**What to do**
Word for word, transcribe the data below from the line with "f 14 168 167" to the line with "f 15 345 23", keeping both of those lines.

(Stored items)
---*---

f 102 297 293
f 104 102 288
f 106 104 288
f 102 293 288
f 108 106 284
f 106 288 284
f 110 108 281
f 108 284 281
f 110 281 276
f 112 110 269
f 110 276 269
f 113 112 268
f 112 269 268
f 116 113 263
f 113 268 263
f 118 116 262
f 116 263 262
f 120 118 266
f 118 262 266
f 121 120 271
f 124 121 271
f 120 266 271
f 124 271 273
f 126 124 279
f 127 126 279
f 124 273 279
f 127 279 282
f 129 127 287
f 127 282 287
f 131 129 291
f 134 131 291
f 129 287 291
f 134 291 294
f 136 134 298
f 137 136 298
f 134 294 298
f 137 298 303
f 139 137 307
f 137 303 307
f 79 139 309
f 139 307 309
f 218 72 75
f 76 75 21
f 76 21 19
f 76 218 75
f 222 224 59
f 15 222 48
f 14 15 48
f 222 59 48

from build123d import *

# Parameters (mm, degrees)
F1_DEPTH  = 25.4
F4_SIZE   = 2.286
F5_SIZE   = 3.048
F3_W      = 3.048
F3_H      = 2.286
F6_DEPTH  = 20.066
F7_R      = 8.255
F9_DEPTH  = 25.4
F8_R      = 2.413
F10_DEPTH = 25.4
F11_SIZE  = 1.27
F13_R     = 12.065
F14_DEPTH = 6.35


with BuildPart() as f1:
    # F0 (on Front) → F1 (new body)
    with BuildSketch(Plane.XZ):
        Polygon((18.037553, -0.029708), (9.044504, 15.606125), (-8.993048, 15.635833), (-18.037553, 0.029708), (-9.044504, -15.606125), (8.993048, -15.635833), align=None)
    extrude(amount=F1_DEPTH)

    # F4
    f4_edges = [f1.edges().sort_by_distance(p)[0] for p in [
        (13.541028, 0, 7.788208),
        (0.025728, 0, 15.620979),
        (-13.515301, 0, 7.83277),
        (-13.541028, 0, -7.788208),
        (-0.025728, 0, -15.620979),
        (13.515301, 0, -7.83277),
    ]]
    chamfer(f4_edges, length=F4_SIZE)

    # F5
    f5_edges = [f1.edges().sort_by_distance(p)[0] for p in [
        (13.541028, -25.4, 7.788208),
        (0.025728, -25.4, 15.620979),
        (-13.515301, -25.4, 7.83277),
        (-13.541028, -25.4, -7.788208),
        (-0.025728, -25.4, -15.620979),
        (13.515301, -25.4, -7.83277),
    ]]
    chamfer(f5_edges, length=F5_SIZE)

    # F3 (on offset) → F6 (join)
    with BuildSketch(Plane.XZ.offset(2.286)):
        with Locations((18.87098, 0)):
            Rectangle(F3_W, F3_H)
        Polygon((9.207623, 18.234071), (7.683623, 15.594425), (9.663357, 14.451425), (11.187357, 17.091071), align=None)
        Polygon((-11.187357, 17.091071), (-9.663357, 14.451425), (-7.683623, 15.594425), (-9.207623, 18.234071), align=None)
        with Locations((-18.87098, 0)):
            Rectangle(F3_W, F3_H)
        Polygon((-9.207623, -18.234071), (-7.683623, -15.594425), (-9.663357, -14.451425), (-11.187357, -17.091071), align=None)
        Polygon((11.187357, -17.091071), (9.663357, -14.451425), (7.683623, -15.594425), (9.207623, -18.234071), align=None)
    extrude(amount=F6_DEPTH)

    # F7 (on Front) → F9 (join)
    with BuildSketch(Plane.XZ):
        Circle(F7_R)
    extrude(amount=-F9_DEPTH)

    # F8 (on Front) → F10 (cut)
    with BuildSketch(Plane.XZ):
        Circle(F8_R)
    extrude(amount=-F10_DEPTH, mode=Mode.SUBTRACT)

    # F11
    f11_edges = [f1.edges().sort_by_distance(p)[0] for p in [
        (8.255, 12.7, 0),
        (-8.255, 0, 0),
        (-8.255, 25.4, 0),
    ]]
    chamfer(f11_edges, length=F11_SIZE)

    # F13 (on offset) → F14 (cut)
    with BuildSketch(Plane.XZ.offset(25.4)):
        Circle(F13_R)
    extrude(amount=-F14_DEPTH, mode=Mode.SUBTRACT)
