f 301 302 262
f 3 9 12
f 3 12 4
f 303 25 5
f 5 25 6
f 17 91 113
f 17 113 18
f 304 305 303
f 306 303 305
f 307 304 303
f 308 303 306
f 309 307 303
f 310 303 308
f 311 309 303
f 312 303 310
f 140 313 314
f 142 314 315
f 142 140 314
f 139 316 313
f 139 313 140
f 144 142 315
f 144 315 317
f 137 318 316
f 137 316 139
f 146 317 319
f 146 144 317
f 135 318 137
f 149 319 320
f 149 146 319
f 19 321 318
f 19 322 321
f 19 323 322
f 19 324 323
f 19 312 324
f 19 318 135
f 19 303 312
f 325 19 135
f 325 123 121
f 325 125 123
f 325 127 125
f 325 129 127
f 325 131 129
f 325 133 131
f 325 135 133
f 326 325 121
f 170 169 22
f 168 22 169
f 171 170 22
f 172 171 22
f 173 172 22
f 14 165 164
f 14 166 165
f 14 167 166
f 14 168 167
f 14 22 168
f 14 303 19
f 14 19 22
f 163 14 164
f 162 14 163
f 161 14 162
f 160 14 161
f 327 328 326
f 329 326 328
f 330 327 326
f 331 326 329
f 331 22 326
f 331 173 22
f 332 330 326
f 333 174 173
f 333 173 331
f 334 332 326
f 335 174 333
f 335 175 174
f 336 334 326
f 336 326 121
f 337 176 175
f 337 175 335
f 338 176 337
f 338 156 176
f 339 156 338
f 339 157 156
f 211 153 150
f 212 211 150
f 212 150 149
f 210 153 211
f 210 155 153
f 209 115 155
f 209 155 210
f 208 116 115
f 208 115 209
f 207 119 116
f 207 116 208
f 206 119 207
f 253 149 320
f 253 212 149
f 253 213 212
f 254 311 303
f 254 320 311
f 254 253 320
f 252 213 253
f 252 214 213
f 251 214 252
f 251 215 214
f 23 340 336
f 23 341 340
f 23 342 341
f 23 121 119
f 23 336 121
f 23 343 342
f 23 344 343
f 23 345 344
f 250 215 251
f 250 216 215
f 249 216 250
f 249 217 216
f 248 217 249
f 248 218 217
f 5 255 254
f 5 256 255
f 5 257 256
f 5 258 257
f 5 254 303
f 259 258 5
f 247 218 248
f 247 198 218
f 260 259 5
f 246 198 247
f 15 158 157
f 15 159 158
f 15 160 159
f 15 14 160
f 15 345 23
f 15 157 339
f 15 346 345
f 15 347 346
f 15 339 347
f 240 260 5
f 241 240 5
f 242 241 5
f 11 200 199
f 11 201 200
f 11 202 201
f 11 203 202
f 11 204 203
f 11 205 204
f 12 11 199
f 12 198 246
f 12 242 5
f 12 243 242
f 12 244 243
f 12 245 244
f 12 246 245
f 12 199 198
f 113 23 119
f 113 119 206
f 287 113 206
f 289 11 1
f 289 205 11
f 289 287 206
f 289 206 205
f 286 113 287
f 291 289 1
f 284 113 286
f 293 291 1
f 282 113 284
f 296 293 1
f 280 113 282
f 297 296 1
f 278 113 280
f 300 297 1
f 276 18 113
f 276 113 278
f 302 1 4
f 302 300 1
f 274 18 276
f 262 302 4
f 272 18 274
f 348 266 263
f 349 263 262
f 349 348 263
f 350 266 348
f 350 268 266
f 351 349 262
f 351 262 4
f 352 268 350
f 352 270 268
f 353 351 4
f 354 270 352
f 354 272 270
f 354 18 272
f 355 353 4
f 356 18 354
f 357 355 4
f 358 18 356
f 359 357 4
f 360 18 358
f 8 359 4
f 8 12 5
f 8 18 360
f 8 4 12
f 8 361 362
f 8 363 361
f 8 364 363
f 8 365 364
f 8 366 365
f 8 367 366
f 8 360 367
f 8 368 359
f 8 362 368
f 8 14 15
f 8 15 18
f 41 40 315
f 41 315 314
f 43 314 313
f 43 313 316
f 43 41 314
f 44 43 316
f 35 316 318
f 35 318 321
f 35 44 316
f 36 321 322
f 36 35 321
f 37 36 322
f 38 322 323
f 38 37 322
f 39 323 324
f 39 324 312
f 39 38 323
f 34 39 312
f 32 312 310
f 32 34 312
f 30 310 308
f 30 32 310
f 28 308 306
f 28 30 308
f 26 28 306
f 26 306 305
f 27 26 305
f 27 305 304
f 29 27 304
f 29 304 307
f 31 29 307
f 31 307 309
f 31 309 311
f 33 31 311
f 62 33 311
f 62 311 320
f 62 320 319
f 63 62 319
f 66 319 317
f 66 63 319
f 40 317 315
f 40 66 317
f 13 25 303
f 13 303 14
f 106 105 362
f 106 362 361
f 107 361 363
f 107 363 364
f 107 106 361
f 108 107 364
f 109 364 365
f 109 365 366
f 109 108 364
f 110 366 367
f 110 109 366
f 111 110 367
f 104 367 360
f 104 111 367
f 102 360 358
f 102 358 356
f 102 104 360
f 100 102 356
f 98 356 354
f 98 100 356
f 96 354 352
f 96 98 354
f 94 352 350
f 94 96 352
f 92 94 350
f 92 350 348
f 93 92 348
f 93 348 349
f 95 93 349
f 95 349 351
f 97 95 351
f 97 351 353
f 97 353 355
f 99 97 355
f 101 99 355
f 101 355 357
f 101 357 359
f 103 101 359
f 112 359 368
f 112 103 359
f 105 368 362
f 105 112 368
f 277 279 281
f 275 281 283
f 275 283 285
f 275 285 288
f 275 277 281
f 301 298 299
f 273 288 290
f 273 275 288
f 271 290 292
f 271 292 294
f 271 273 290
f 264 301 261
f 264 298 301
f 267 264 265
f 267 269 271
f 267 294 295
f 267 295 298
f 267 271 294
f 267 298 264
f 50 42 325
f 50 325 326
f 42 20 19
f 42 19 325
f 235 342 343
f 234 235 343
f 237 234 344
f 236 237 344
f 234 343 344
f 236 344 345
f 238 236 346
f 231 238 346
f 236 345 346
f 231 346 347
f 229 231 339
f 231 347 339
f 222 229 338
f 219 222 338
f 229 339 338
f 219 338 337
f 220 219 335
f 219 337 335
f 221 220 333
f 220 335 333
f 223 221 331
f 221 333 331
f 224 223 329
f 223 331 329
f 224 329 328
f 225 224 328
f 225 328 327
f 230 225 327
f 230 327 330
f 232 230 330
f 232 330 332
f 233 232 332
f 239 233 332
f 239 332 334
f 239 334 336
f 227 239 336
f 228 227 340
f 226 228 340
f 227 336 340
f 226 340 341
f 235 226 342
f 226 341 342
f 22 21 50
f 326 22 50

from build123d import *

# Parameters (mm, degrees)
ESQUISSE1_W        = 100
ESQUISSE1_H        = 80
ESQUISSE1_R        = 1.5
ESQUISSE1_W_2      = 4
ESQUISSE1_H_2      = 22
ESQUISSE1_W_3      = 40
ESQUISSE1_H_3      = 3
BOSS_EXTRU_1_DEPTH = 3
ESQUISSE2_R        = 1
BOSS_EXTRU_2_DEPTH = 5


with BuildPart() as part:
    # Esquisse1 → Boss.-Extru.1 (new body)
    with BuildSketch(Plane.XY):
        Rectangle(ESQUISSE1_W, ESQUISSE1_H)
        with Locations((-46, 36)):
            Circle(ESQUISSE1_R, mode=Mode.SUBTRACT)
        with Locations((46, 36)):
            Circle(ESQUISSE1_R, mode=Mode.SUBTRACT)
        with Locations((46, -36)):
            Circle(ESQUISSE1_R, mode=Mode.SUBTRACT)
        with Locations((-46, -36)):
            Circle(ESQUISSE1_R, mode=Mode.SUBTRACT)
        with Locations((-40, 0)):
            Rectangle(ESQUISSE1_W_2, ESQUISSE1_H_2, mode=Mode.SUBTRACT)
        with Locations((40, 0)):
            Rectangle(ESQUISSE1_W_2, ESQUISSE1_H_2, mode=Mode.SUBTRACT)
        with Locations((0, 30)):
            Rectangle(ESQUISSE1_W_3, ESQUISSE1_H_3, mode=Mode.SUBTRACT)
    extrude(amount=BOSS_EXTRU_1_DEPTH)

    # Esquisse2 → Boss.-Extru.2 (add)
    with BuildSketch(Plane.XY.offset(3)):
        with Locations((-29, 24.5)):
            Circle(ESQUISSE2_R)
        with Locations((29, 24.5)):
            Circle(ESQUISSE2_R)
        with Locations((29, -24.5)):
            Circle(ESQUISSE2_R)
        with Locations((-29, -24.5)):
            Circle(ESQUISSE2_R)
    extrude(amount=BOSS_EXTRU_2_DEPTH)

---*---

**Answer to the problem**
f 14 168 167
f 14 22 168
f 14 303 19
f 14 19 22
f 163 14 164
f 162 14 163
f 161 14 162
f 160 14 161
f 327 328 326
f 329 326 328
f 330 327 326
f 331 326 329
f 331 22 326
f 331 173 22
f 332 330 326
f 333 174 173
f 333 173 331
f 334 332 326
f 335 174 333
f 335 175 174
f 336 334 326
f 336 326 121
f 337 176 175
f 337 175 335
f 338 176 337
f 338 156 176
f 339 156 338
f 339 157 156
f 211 153 150
f 212 211 150
f 212 150 149
f 210 153 211
f 210 155 153
f 209 115 155
f 209 155 210
f 208 116 115
f 208 115 209
f 207 119 116
f 207 116 208
f 206 119 207
f 253 149 320
f 253 212 149
f 253 213 212
f 254 311 303
f 254 320 311
f 254 253 320
f 252 213 253
f 252 214 213
f 251 214 252
f 251 215 214
f 23 340 336
f 23 341 340
f 23 342 341
f 23 121 119
f 23 336 121
f 23 343 342
f 23 344 343
f 23 345 344
f 250 215 251
f 250 216 215
f 249 216 250
f 249 217 216
f 248 217 249
f 248 218 217
f 5 255 254
f 5 256 255
f 5 257 256
f 5 258 257
f 5 254 303
f 259 258 5
f 247 218 248
f 247 198 218
f 260 259 5
f 246 198 247
f 15 158 157
f 15 159 158
f 15 160 159
f 15 14 160
f 15 345 23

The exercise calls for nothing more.